March is the month the Senecas call "Moon of the Maple." Sap surges from roots to branches of maple trees in Allegany State Park's sugarbush.

Wayne Robbins and Judy Thaler of Nature Ed-ventures, an organization that sponsors educational programs on environment and cultural history, invited us on a tour of maple sugaring through the ages. Afterward, there is a pancake breakfast.

The tour is part of Nature Ed-ventures programs that are held throughout March to teach about the centuries-old tradition of maple sugaring.

Warm days have melted most of the snow in the woods, but cold nights have left granular icy patches. Alternating freezing nights and warm days are unique to the climate of northeastern United States and nearby Canada and is essential to the production of sufficient sweet sap to make maple syrup.

We take part in the "Maple Magic" tour, which takes participants through Allegany State Park on a historical tour of maple sugaring that includes costumed interpreters and a visit to the sugar house.
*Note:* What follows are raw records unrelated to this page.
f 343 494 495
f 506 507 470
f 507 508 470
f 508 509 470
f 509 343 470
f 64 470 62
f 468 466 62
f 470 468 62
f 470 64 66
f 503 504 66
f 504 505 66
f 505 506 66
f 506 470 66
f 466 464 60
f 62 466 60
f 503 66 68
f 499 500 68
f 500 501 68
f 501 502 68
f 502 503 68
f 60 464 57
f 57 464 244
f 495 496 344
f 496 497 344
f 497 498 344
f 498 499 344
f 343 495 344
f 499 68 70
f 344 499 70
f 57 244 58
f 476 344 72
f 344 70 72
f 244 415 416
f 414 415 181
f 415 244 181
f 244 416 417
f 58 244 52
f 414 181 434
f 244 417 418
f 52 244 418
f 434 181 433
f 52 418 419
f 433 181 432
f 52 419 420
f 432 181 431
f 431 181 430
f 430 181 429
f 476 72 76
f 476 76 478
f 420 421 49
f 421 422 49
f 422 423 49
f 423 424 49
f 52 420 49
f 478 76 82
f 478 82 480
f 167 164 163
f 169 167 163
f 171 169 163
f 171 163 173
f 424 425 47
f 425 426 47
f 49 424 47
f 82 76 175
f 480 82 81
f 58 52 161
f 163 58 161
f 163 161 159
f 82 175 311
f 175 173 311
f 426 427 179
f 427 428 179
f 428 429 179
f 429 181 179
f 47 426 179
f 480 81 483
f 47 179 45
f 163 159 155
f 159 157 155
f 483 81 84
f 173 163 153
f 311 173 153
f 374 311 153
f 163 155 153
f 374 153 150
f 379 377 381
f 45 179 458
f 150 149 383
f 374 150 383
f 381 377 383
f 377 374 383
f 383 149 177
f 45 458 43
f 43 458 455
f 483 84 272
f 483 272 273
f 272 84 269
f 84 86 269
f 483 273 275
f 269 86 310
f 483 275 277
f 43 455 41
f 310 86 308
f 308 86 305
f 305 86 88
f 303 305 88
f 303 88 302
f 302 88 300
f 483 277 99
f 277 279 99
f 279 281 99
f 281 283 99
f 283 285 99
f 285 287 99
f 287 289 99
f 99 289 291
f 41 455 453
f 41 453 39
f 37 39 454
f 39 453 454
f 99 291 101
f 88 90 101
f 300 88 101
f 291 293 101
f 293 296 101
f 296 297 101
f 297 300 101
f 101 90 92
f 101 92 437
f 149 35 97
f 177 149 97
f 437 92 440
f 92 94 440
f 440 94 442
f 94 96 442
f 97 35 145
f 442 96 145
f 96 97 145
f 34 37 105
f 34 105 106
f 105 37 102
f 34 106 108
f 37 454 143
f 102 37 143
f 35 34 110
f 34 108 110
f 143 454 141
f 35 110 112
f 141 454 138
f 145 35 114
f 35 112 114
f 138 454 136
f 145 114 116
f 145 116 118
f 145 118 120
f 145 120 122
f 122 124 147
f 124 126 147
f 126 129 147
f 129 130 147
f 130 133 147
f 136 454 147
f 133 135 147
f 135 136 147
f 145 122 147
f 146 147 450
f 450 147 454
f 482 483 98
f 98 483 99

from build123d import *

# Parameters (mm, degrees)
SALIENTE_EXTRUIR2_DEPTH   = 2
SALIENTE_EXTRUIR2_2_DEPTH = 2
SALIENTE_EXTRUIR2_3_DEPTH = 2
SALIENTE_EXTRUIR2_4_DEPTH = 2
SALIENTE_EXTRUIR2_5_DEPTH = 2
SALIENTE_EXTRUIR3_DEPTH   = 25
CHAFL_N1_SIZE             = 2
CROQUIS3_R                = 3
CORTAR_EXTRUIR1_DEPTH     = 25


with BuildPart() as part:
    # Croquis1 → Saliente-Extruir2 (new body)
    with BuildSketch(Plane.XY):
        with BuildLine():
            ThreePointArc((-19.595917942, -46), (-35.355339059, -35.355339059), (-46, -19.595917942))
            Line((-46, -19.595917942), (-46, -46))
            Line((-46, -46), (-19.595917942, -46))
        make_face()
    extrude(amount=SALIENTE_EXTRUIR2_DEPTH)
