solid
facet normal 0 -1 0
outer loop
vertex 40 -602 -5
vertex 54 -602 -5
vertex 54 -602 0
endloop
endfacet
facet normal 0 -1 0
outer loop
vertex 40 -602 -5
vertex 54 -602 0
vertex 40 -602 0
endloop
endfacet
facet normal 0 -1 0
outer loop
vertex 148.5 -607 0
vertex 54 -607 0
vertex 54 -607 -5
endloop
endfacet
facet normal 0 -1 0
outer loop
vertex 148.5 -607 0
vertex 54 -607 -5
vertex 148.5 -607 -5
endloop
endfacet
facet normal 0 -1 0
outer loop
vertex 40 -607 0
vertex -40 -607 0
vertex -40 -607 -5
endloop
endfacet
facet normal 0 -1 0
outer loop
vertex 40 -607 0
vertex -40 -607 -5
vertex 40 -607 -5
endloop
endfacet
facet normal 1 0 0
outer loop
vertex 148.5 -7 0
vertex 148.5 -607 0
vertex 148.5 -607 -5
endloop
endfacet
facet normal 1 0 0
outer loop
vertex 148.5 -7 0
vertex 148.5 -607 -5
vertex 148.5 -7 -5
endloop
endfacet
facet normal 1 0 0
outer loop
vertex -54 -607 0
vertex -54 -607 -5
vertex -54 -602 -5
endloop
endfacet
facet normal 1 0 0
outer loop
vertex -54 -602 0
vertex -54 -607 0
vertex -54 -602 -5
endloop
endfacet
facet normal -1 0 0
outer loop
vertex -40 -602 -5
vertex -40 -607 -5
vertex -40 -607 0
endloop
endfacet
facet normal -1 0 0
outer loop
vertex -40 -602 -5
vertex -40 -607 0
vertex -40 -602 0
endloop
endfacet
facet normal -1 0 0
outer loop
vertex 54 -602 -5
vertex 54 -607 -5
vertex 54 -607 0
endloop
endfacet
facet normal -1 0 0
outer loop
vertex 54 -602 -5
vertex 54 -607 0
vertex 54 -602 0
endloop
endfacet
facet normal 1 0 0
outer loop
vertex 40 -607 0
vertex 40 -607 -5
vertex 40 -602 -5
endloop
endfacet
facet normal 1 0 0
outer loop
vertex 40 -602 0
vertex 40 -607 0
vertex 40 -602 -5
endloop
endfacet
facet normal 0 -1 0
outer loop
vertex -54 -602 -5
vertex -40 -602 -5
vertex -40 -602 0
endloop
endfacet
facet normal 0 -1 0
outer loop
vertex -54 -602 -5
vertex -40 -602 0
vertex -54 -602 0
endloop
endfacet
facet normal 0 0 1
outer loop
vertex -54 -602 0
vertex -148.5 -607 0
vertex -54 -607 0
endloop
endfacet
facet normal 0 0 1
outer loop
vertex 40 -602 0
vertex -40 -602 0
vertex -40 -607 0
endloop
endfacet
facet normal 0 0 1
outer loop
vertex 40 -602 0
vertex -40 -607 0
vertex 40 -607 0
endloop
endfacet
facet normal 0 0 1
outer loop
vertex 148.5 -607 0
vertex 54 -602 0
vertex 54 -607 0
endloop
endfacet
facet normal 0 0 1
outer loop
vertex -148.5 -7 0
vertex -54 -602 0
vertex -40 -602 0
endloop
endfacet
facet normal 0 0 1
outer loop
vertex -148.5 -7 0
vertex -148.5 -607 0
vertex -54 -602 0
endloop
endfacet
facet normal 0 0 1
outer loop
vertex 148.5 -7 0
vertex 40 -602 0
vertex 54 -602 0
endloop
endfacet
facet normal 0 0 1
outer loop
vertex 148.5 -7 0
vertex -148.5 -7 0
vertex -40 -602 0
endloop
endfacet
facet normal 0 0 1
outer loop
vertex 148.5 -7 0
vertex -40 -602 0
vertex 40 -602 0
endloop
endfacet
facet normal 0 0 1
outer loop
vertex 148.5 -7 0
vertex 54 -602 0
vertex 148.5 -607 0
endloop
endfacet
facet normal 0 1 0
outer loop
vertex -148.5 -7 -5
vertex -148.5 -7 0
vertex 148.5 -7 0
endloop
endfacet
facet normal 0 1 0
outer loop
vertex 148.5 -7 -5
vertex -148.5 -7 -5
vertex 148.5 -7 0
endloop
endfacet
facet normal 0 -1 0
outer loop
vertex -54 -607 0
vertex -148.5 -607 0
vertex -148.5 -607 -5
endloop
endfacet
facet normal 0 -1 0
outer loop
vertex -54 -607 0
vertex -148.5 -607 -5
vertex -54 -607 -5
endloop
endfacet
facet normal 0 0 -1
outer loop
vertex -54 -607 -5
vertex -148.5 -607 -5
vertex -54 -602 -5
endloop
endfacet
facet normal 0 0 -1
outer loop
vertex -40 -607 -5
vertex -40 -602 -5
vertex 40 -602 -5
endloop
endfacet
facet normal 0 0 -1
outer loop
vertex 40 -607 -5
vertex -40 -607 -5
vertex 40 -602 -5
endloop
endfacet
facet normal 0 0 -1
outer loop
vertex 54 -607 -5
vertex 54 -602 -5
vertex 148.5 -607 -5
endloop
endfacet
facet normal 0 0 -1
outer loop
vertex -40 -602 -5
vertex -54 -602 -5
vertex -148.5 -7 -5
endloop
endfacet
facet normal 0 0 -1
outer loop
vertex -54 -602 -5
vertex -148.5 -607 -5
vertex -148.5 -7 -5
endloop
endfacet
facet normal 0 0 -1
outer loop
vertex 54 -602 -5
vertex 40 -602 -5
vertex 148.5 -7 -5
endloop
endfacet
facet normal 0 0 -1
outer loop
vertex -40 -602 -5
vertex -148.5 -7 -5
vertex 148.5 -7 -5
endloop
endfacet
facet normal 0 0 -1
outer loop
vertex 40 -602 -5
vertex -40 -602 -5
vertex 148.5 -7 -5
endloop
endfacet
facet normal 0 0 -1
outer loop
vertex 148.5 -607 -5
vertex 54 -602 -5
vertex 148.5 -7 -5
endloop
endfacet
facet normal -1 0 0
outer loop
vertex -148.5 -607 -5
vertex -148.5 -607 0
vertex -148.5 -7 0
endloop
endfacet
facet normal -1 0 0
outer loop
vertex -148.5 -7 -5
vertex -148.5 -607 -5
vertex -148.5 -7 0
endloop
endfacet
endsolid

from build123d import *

# Parameters (mm, degrees)
SKETCH1_W          = 297
SKETCH1_H          = 600
EXTRUDE1_DEPTH     = 5
CUT_EXTRUDE1_REACH = 626.921
SKETCH2_W          = 14
SKETCH2_H          = 5


with BuildPart() as part:
    # Sketch1 → Extrude1 (new body)
    with BuildSketch(Plane.XY):
        with Locations((0, -307)):
            Rectangle(SKETCH1_W, SKETCH1_H)
    extrude(amount=-EXTRUDE1_DEPTH)

    # Sketch2 → Cut-Extrude1 (cut, up to next)
    with BuildSketch(Plane(origin=(0, 0, -5), x_dir=(-1, 0, 0), z_dir=(0, 0, -1)), mode=Mode.PRIVATE) as cut_extrude1_sk1:
        with Locations((-47, -604.5)):
            Rectangle(SKETCH2_W, SKETCH2_H)
    cut_extrude1_tool1 = extrude(cut_extrude1_sk1.sketch, amount=-CUT_EXTRUDE1_REACH, mode=Mode.PRIVATE) & part.part
    # Sketch2 → Cut-Extrude1 (cut, up to next)
    with BuildSketch(Plane(origin=(0, 0, -5), x_dir=(-1, 0, 0), z_dir=(0, 0, -1)), mode=Mode.PRIVATE) as cut_extrude1_sk2:
        with Locations((47, -604.5)):
            Rectangle(SKETCH2_W, SKETCH2_H)
    cut_extrude1_tool2 = extrude(cut_extrude1_sk2.sketch, amount=-CUT_EXTRUDE1_REACH, mode=Mode.PRIVATE) & part.part
    add(cut_extrude1_tool1.solids().sort_by_distance((47, -604.5, -5))[0], mode=Mode.SUBTRACT)
    add(cut_extrude1_tool2.solids().sort_by_distance((-47, -604.5, -5))[0], mode=Mode.SUBTRACT)


solid = part.part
Robbins, our guide, is dressed in a 19th century plug hat, plaid wool shirt and gum boots. "One of these trees growing in Asia will not make enough sap for syrup," he says. "Bring it here and it will. This is the only place in the world that makes maple syrup."

He leads us single file into the woods on a trail depicting 400 years of maple sugaring. We meet our first enactor, a 17th century Seneca sugar maker. "This young man," Robbins says, "was an orphaned white boy raised by a Seneca family."

He is dressed in a green woolen coat made from a Hudson Bay blanket. On his head is a cap with a single eagle feather, Seneca style. He tends a fire. Nearby, wooden snowshoes lean against a tree and a trade ax is imbedded in a log.

Robbins shows us the "V"-cut the Indians made in the bark of a maple and the hollow sumac spigot used to lead sap out of the "V." It dripped into a dish gouged out of a log or into a birch bark container. "Each family member would have a thousand containers," Robbins says.

A large wooden vessel constructed like a dugout canoe stands by the fire. It is full of sap for boiling. The Seneca sugar maker uses two sticks to lift red hot rocks from the fire into the vessel. They set up a bubbling, hissing roll in the sap.

"Mostly women did the sugaring. The men would be off hunting, but they'd want to hang around for some of the good times. For fun they poured syrup on snow to carmelize, making a tasty chew," Robbins says.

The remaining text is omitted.